There is a solution and it actually reduces farmers’ overhead, gives them comparable yields and increases their profitability. But, rather than me write long paragraphs explaining the solution, watch this video of Bismark, N.D., farmer, Gabe Brown explain how he changed his practices and is happier than ever.

Good article, Gene. Farmers here in the Blanchard Valley don’t want the Corps of Engineers to build a levee and diversion channel to lessen flooding in Findlay on their or their neighbors’ farm land, but I have long wondered just how much the farmers’ field tiling is adding to the problem.

And here I thought it was the Chesapeake Bay watershed that was having all the water quality problems. Sorry (but not surprised) to hear it’s a real issue elsewhere. In Virginia, you better believe lawn fertilizers are being labeled as at least partly to blame. Our farms are carrying their own part of the burden, though, and rightfully so.

As an Iowan and a landowner, this case in Iowa has great importance to us all. First, it is important to understand there are many water quality initiatives taking place in Iowa. However they are not happening fast enough. An example is cover crops, there were10000 acres in cover crops last year. A pittance of the millions of acres cropped here in Iowa. Second is an interesting twist with the Farm Bureau Federation. FB has been requesting Des Moines Water Works work with farmers vs. suing the water districts. DMWW has refused and progresses with the lawsuit. Basically, Farm Bureau will not admit that current farming practices are contributing to this issue nor will they state these practices are not the cause. The money and political leverage FB is putting behind this is huge, which I interpret is they have something to hide (just my humble opinion). Lastly, Iowa State University testing of these same water districts performed by a masters student show that tile nitrates exceed the legal limit.
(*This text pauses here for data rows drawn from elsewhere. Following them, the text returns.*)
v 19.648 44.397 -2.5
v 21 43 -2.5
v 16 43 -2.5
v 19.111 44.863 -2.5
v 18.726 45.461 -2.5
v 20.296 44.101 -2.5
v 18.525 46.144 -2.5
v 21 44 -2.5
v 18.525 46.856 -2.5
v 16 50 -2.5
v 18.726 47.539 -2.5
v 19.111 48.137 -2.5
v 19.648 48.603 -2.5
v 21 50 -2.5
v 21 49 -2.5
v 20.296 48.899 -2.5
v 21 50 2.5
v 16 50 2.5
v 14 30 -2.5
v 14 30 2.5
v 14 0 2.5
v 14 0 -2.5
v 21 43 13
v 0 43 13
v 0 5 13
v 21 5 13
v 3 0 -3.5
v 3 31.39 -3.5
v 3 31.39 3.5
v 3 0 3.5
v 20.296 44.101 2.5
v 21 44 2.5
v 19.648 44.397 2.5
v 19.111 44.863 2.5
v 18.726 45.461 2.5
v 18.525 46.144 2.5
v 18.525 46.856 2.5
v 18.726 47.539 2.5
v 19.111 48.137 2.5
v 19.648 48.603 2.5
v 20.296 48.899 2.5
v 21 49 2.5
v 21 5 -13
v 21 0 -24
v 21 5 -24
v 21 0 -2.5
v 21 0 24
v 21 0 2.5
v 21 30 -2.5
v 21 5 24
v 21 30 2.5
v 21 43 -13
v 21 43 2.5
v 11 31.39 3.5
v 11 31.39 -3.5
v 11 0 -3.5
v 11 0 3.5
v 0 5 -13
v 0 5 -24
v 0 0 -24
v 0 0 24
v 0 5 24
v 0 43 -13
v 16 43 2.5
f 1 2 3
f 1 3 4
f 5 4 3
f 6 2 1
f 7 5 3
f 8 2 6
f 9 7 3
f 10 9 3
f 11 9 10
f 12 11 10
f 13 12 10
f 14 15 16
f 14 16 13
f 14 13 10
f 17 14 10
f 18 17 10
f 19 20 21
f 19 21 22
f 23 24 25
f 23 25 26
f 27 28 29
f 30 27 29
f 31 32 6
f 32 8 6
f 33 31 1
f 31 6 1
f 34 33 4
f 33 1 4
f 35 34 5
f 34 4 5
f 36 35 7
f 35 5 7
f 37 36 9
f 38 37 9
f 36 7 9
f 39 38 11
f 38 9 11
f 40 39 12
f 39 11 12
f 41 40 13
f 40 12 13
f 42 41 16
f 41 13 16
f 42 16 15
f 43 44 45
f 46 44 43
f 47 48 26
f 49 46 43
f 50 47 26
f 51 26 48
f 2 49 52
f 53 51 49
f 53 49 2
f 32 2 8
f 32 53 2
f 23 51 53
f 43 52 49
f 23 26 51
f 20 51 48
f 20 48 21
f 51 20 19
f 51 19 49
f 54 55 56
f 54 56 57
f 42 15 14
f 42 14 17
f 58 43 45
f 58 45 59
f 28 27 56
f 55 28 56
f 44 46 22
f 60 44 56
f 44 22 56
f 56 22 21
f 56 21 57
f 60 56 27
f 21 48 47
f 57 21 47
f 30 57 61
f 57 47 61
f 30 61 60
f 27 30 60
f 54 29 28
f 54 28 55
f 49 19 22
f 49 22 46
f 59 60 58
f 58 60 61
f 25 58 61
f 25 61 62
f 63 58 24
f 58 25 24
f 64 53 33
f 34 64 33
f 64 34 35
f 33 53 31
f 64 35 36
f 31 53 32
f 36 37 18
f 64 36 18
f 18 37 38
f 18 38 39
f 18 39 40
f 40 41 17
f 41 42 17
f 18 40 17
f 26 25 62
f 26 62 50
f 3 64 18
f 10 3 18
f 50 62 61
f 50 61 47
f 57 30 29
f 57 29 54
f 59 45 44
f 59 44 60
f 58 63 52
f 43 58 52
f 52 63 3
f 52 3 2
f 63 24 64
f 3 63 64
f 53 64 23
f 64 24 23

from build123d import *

# Parameters (mm, degrees)
EXTRUDE_1_DEPTH          = 50
SKETCH_3_W               = 8
SKETCH_3_H               = 7
CUT_EXTRUDE_1_DEPTH      = 31.389642439
CUT_EXTRUDE_2_DEPTH      = 55.893077888
CUT_EXTRUDE_2_DEPTH_BACK = 30
SKETCH_15_W              = 6
SKETCH_15_H              = 7
CUT_EXTRUDE_10_DEPTH     = 30
SKETCH_16_W              = 16
SKETCH_16_H              = 7
SKETCH_16_W_2            = 6.921662606
CUT_EXTRUDE_11_DEPTH     = 30
SKETCH_18_R              = 2.5
CUT_EXTRUDE_12_DEPTH     = 30
SKETCH_19_W              = 21
SKETCH_19_H              = 3
CUT_EXTRUDE_14_DEPTH     = 50
SKETCH_20_W              = 4
SKETCH_20_H              = 6.019641958
CUT_EXTRUDE_16_DEPTH     = 50
EXTRUDE_START            = -43
SKETCH_21_W              = 21
SKETCH_21_H              = 7.5
EXTRUDE_3_DEPTH          = 43
SKETCH_22_W              = 21
SKETCH_22_H              = 5
EXTRUDE_4_DEPTH          = 11
SKETCH_23_W              = 21
SKETCH_23_H              = 5
EXTRUDE_5_DEPTH          = 11


with BuildPart() as part:
    # 草图1 → 凸台-拉伸1 (new body)
    with BuildSketch(Plane(origin=(0, 0, 0), x_dir=(1, 0, 0), z_dir=(0, 1, 0))):
        Polygon((0, -8.5), (0, -1), (-2, -1), (-2, -3), (-4, -3), (-4, 3), (-2, 3), (-2, 1), (0, 1), (0, 8.5), (21, 8.5), (21, -8.5), align=None)
    extrude(amount=EXTRUDE_1_DEPTH)

    # 草图3 → 切除-拉伸1 (cut)
    with BuildSketch(Plane.XZ):
        with Locations((7, 0)):
            Rectangle(SKETCH_3_W, SKETCH_3_H)
    extrude(amount=-CUT_EXTRUDE_1_DEPTH, mode=Mode.SUBTRACT)

    # 草图6 → 切除-拉伸2 (cut, two sides: drawn at the far end of the back side and taken through both)
    with BuildSketch(Plane.XZ.offset(-CUT_EXTRUDE_2_DEPTH_BACK)):
        Polygon((21, -2.405859061), (21, 0), (21, 2.5), (14, 2.5), (14, -2.5), (21, -2.5), align=None)
    extrude(amount=CUT_EXTRUDE_2_DEPTH + CUT_EXTRUDE_2_DEPTH_BACK, mode=Mode.SUBTRACT)

    # 草图15 → 切除-拉伸10 (cut)
    with BuildSketch(Plane(origin=(21, 0, 0), x_dir=(0, 0, -1), z_dir=(1, 0, 0))):
        with Locations((-5.5, 46.5)):
            Rectangle(SKETCH_15_W, SKETCH_15_H)
        with Locations((5.5, 46.5)):
            Rectangle(SKETCH_15_W, SKETCH_15_H)
    extrude(amount=-CUT_EXTRUDE_10_DEPTH, mode=Mode.SUBTRACT)

    # 草图16 → 切除-拉伸11 (cut)
    with BuildSketch(Plane.XY.offset(2.5)):
        with Locations((8, 46.5)):
            Rectangle(SKETCH_16_W, SKETCH_16_H)
        with Locations((-3.460831303, 46.5)):
            Rectangle(SKETCH_16_W_2, SKETCH_16_H)
    extrude(amount=-CUT_EXTRUDE_11_DEPTH, mode=Mode.SUBTRACT)

    # 草图18 → 切除-拉伸12 (cut)
    with BuildSketch(Plane(origin=(0, 0, -2.5), x_dir=(-1, 0, 0), z_dir=(0, 0, -1))):
        with Locations((-21, 46.5)):
            Circle(SKETCH_18_R)
    extrude(amount=-CUT_EXTRUDE_12_DEPTH, mode=Mode.SUBTRACT)

    # 草图19 → 切除-拉伸14 (cut)
    with BuildSketch(Plane(origin=(0, 0, 0), x_dir=(-1, 0, 0), z_dir=(0, -1, 0))):
        with Locations((-10.5, -7)):
            Rectangle(SKETCH_19_W, SKETCH_19_H)
        with Locations((-10.5, 7)):
            Rectangle(SKETCH_19_W, SKETCH_19_H)
    extrude(amount=-CUT_EXTRUDE_14_DEPTH, mode=Mode.SUBTRACT)

    # 草图20 → 切除-拉伸16 (cut)
    with BuildSketch(Plane.XZ):
        with Locations((-2, -0.009820979)):
            Rectangle(SKETCH_20_W, SKETCH_20_H)
    extrude(amount=-CUT_EXTRUDE_16_DEPTH, mode=Mode.SUBTRACT)

    # 草图21 → 凸台-拉伸3 (add)
    with BuildSketch(Plane.XZ.offset(EXTRUDE_START)):
        with Locations((10.5, -9.25)):
            Rectangle(SKETCH_21_W, SKETCH_21_H)
        with Locations((10.5, 9.25)):
            Rectangle(SKETCH_21_W, SKETCH_21_H)
    extrude(amount=EXTRUDE_3_DEPTH)

    # 草图22 → 凸台-拉伸4 (add)
    with BuildSketch(Plane.XY.offset(13)):
        with Locations((10.5, 2.5)):
            Rectangle(SKETCH_22_W, SKETCH_22_H)
    extrude(amount=EXTRUDE_4_DEPTH)

    # 草图23 → 凸台-拉伸5 (add)
    with BuildSketch(Plane(origin=(0, 0, -13), x_dir=(-1, 0, 0), z_dir=(0, 0, -1))):
        with Locations((-10.5, 2.5)):
            Rectangle(SKETCH_23_W, SKETCH_23_H)
    extrude(amount=EXTRUDE_5_DEPTH)


solid = part.part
Farmers agree this is an issue but cannot correct the issue without tax payer help. I have a better idea. Let farmers have special depreciation on any water quality expenses vs. making their income disappear with the Section 179 and bonus depreciation they now take for equipment purposes. It’s no cost to the tax payer because they are writing off the income anyway and not paying tax against it. This way the tax payer stay’s whole and farmers now have an incentive to ramp up spending on water quality initiatives.

In any event, we will see how much influence the Farm Lobby has over this case. Do currently live in a democratic society with the rule of law or are we under the control of lobbyist?

Should be interesting to watch this case unfold.

I totally agree with your observation. I grew up in a valley with a large creek running through it. Only one field was in that valley with tile when I was small. At that time I could drink the water from the shallows in that creek. After I left that valley it was tiled and planted in corn. In short order the creek was full of sediment and algae with few fish left. Recently the DNR bought all that property up for a protected watershed and the creek of my childhood is coming back quickly.
Let the wetlands be wetlands and let the crops nourish people and animals, not cars and trucks.